▶ _Supplied records_:
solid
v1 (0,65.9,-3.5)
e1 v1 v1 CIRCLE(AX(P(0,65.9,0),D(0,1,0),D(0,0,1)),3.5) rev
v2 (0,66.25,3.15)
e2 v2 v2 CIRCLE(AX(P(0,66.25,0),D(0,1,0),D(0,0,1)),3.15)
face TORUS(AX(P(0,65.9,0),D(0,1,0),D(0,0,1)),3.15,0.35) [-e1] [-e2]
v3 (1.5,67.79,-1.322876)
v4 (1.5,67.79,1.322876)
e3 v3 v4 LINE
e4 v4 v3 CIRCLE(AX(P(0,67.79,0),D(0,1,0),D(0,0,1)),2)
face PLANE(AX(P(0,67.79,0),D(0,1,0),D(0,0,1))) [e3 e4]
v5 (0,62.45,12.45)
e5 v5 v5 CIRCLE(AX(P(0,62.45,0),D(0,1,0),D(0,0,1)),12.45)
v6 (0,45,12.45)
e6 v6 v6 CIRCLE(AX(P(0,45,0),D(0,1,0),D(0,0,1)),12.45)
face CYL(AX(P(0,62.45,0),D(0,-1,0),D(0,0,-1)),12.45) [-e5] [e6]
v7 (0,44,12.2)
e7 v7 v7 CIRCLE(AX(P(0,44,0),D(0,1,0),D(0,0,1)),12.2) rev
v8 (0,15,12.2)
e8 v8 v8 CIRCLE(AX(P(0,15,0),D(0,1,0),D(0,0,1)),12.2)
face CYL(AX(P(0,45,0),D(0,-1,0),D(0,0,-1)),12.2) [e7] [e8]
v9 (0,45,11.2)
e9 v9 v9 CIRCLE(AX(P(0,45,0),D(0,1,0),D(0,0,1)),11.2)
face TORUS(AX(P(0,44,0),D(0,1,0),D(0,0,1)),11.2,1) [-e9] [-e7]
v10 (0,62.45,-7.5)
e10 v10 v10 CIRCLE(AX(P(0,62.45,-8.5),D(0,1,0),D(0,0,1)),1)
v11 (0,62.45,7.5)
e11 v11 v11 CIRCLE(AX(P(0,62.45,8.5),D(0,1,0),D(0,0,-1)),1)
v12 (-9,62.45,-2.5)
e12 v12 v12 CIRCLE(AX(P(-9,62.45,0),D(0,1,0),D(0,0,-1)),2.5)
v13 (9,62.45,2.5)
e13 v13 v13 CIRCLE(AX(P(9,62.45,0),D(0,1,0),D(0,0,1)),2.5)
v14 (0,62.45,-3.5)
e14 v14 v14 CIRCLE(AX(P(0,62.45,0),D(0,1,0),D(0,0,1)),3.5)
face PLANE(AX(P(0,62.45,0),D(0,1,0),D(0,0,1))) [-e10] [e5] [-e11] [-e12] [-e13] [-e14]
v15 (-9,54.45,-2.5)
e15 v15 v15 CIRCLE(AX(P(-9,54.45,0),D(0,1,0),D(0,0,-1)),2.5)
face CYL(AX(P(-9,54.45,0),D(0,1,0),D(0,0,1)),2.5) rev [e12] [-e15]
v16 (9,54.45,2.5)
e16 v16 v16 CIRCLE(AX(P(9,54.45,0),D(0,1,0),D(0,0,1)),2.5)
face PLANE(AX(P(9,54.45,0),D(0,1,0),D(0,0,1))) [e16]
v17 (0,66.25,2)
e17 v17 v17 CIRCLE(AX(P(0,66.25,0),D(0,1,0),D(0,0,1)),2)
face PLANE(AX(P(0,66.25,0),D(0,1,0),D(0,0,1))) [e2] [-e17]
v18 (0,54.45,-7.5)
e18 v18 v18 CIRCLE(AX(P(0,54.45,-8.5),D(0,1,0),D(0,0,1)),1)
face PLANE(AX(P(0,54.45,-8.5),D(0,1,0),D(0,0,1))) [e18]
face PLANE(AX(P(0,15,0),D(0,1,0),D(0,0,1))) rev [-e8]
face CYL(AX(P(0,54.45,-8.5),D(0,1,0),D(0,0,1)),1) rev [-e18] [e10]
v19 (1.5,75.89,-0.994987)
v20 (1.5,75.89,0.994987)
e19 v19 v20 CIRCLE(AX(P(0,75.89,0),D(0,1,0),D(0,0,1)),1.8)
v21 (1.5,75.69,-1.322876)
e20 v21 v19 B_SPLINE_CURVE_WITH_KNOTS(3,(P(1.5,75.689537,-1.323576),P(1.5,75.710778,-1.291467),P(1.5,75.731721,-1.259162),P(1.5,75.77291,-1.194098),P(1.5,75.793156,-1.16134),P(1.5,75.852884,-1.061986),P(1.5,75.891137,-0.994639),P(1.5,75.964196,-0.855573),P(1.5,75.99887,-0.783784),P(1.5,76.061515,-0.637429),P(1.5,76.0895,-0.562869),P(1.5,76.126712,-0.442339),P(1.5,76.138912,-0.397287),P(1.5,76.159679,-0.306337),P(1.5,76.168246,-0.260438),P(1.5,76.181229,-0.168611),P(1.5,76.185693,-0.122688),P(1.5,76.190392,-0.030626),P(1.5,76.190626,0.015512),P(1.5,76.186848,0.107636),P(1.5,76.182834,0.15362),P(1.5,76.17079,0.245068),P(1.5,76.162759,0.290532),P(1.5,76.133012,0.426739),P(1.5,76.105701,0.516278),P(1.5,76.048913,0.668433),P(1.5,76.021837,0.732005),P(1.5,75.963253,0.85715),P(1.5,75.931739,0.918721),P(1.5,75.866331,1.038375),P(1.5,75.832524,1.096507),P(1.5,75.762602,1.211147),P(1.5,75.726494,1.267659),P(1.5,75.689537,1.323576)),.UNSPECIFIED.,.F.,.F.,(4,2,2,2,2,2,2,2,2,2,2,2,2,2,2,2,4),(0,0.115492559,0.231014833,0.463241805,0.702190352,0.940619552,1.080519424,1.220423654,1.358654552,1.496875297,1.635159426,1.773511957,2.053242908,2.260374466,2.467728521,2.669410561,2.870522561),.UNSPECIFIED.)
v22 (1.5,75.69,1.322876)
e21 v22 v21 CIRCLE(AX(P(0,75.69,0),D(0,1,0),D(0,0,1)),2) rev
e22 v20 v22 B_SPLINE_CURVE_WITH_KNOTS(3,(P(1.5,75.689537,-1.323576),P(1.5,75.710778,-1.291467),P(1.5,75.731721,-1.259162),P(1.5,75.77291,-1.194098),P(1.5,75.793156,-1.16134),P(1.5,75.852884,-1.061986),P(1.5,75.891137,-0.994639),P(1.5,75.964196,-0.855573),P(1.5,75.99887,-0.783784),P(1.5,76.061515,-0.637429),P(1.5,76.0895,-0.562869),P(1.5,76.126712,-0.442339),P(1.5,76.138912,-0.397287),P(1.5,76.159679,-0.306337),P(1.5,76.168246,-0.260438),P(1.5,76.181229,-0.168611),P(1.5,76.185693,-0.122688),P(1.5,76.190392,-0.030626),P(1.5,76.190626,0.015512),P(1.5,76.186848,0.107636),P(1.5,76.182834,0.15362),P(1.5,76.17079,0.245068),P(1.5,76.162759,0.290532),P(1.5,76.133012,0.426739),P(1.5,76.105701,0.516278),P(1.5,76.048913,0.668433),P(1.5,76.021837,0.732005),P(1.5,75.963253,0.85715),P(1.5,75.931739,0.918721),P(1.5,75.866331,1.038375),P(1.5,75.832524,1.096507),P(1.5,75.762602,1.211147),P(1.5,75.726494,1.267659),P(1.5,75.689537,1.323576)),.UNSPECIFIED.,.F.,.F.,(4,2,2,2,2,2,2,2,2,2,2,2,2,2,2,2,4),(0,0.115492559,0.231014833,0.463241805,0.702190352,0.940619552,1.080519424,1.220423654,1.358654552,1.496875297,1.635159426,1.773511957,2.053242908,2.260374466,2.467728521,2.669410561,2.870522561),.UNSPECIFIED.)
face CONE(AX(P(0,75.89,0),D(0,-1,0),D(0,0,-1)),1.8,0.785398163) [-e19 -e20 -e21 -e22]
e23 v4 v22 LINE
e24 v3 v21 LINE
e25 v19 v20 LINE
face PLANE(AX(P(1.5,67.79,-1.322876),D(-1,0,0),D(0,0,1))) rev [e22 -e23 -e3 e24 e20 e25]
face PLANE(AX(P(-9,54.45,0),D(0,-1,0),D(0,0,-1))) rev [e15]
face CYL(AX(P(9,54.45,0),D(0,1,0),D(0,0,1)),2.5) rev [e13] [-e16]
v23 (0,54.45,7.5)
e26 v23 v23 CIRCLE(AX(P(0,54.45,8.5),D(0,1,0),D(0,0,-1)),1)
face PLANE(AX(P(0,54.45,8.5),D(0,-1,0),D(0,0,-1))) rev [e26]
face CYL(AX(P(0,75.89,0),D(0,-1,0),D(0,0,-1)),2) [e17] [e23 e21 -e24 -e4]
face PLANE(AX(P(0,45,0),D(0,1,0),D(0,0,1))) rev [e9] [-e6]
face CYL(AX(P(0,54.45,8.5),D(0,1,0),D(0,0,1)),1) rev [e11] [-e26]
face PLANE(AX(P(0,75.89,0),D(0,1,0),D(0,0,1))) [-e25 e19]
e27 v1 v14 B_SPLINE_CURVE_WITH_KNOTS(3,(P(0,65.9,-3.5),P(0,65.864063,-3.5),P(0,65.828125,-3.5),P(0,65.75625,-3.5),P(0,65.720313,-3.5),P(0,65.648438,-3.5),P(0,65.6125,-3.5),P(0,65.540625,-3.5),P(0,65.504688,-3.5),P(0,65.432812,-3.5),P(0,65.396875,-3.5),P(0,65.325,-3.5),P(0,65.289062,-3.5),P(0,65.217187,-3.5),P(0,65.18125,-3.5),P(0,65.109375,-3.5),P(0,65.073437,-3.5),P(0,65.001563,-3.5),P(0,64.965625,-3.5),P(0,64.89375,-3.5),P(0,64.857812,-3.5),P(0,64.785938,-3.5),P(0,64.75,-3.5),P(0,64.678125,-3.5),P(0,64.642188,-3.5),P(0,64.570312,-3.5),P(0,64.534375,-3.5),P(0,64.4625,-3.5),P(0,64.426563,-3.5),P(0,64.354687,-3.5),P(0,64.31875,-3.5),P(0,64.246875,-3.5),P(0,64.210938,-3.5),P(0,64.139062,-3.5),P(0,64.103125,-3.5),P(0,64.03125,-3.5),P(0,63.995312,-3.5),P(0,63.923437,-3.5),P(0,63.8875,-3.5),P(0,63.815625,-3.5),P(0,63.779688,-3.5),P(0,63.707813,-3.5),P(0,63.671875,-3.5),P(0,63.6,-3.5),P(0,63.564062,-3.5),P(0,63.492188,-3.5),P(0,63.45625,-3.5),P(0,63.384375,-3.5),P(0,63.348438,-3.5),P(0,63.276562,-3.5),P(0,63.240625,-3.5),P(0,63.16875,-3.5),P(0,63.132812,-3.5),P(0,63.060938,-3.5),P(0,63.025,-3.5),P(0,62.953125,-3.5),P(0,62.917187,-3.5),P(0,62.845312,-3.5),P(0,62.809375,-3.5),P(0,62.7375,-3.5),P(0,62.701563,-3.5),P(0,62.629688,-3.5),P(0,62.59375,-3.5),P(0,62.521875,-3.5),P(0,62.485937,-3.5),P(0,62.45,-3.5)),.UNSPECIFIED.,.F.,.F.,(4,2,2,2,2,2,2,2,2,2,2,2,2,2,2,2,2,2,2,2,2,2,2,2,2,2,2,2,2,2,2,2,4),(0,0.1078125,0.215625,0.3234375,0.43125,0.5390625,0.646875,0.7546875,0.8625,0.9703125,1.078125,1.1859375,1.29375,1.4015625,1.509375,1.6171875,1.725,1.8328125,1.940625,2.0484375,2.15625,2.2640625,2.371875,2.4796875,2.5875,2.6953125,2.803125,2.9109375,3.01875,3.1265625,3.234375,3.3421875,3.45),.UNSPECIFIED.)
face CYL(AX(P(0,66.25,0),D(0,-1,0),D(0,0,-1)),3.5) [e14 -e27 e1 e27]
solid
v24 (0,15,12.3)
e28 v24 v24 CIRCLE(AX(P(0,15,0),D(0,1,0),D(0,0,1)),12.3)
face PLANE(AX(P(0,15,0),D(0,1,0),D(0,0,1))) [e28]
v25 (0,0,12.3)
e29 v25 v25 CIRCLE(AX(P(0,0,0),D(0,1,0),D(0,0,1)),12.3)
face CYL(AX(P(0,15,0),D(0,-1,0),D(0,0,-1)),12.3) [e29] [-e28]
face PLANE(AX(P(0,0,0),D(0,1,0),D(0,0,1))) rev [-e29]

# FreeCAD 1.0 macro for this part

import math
import FreeCAD as App
import Part
import Sketcher
from FreeCAD import Vector
Q = App.Units.Quantity


def edges_at(feature, points):
    """Names of the edges that pass closest to the given points."""
    edges = feature.Shape.Edges
    near = lambda p: min(range(len(edges)), key=lambda i: edges[i].distToShape(Part.Vertex(*p))[0])
    return sorted({f"Edge{near(p) + 1}" for p in points})

doc = App.newDocument("Part")
body = doc.addObject("PartDesign::Body", "Body")

# Sketch on XZ plane
sketch1 = body.newObject("Sketcher::SketchObject", "Sketch")
sketch1.AttachmentSupport = (doc.getObject("XZ_Plane"), [""])
sketch1.MapMode = "FlatFace"
sketch1.addGeometry(Part.Circle(Vector(0, 0, 0), Vector(0, 0, 1), 12), False)
sketch1.addConstraint([
    Sketcher.Constraint("Coincident", 0, 3, -1, 1),
    Sketcher.Constraint("Diameter", 0, Q("24.6 mm")),
])
pad1 = body.newObject("PartDesign::Pad", "Pad")
pad1.Profile = sketch1
pad1.Length = 15
pad1.Reversed = True
body2 = doc.addObject("PartDesign::Body", "Body001")

# Sketch on XZ plane
sketch2 = body2.newObject("Sketcher::SketchObject", "Sketch001")
sketch2.AttachmentSupport = (doc.getObject("XZ_Plane001"), [""])
sketch2.MapMode = "FlatFace"
sketch2.AttachmentOffset = App.Placement(Vector(0, 0, -15), App.Rotation())
sketch2.addGeometry(Part.Circle(Vector(0, 0, 0), Vector(0, 0, 1), 12), False)
sketch2.addConstraint([
    Sketcher.Constraint("Coincident", 0, 3, -1, 1),
    Sketcher.Constraint("Diameter", 0, Q("24.4 mm")),
])
pad2 = body2.newObject("PartDesign::Pad", "Pad001")
pad2.Profile = sketch2
pad2.Length = 30
pad2.Reversed = True
doc.recompute()

fillet = body2.newObject("PartDesign::Fillet", "Fillet")
fillet.Base = (pad2, edges_at(pad2, [(0, 45, -12.2)]))
fillet.Radius = 1

# Sketch on XZ plane
sketch3 = body2.newObject("Sketcher::SketchObject", "Sketch002")
sketch3.AttachmentSupport = (doc.getObject("XZ_Plane001"), [""])
sketch3.MapMode = "FlatFace"
sketch3.AttachmentOffset = App.Placement(Vector(0, 0, -45), App.Rotation())
sketch3.addGeometry(Part.Circle(Vector(0, 0, 0), Vector(0, 0, 1), 12), False)
sketch3.addConstraint([
    Sketcher.Constraint("Coincident", 0, 3, -1, 1),
    Sketcher.Constraint("Diameter", 0, Q("24.9 mm")),
])
pad3 = body2.newObject("PartDesign::Pad", "Pad002")
pad3.Profile = sketch3
pad3.Length = 17.45
pad3.Reversed = True

# Sketch on XZ plane
sketch4 = body2.newObject("Sketcher::SketchObject", "Sketch003")
sketch4.AttachmentSupport = (doc.getObject("XZ_Plane001"), [""])
sketch4.MapMode = "FlatFace"
sketch4.AttachmentOffset = App.Placement(Vector(0, 0, -62.45), App.Rotation())
sketch4.addGeometry([
    Part.Circle(Vector(0, -8.5, 0), Vector(0, 0, 1), 1),
    Part.Circle(Vector(0, 8.5, 0), Vector(0, 0, 1), 1),
    Part.Circle(Vector(9, 0, 0), Vector(0, 0, 1), 2.5),
    Part.Circle(Vector(-9, 0, 0), Vector(0, 0, 1), 2.5),
], False)
sketch4.addConstraint([
    Sketcher.Constraint("Equal", 0, 1),
    Sketcher.Constraint("Equal", 2, 3),
    Sketcher.Constraint("Symmetric", 0, 3, 1, 3, -1, 1),
    Sketcher.Constraint("Symmetric", 2, 3, 3, 3, -1, 1),
    Sketcher.Constraint("PointOnObject", 0, 3, -2),
    Sketcher.Constraint("PointOnObject", 2, 3, -1),
    Sketcher.Constraint("Diameter", 0, Q("2 mm")),
    Sketcher.Constraint("Diameter", 2, Q("5 mm")),
    Sketcher.Constraint("DistanceX", -1, 1, 2, 3, Q("9 mm")),
    Sketcher.Constraint("DistanceY", 0, 3, 1, 3, Q("17 mm")),
])
pocket1 = body2.newObject("PartDesign::Pocket", "Pocket")
pocket1.Profile = sketch4
pocket1.Length = 8
pocket1.Reversed = True

# Sketch on XZ plane
sketch5 = body2.newObject("Sketcher::SketchObject", "Sketch004")
sketch5.AttachmentSupport = (doc.getObject("XZ_Plane001"), [""])
sketch5.MapMode = "FlatFace"
sketch5.AttachmentOffset = App.Placement(Vector(0, 0, -62.45), App.Rotation())
sketch5.addGeometry(Part.Circle(Vector(0, 0, 0), Vector(0, 0, 1), 3.5), False)
sketch5.addConstraint([
    Sketcher.Constraint("Coincident", 0, 3, -1, 1),
    Sketcher.Constraint("Diameter", 0, Q("7 mm")),
])
pad4 = body2.newObject("PartDesign::Pad", "Pad003")
pad4.Profile = sketch5
pad4.Length = 3.8
pad4.Reversed = True
doc.recompute()

fillet2 = body2.newObject("PartDesign::Fillet", "Fillet001")
fillet2.Base = (pad4, edges_at(pad4, [(0, 66.25, 3.5)]))
fillet2.Radius = 0.35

▶ _What to work on_:
What you return should be exactly the lines above, starting at the one with "face TORUS(AX(P(0,44,0),D(0,1,0),D(0,0,1)),11.2,1) [-e9]" and ending at the one with "e15 v15 v15", and nothing else.

▶ _Result_:
face TORUS(AX(P(0,44,0),D(0,1,0),D(0,0,1)),11.2,1) [-e9] [-e7]
v10 (0,62.45,-7.5)
e10 v10 v10 CIRCLE(AX(P(0,62.45,-8.5),D(0,1,0),D(0,0,1)),1)
v11 (0,62.45,7.5)
e11 v11 v11 CIRCLE(AX(P(0,62.45,8.5),D(0,1,0),D(0,0,-1)),1)
v12 (-9,62.45,-2.5)
e12 v12 v12 CIRCLE(AX(P(-9,62.45,0),D(0,1,0),D(0,0,-1)),2.5)
v13 (9,62.45,2.5)
e13 v13 v13 CIRCLE(AX(P(9,62.45,0),D(0,1,0),D(0,0,1)),2.5)
v14 (0,62.45,-3.5)
e14 v14 v14 CIRCLE(AX(P(0,62.45,0),D(0,1,0),D(0,0,1)),3.5)
face PLANE(AX(P(0,62.45,0),D(0,1,0),D(0,0,1))) [-e10] [e5] [-e11] [-e12] [-e13] [-e14]
v15 (-9,54.45,-2.5)
e15 v15 v15 CIRCLE(AX(P(-9,54.45,0),D(0,1,0),D(0,0,-1)),2.5)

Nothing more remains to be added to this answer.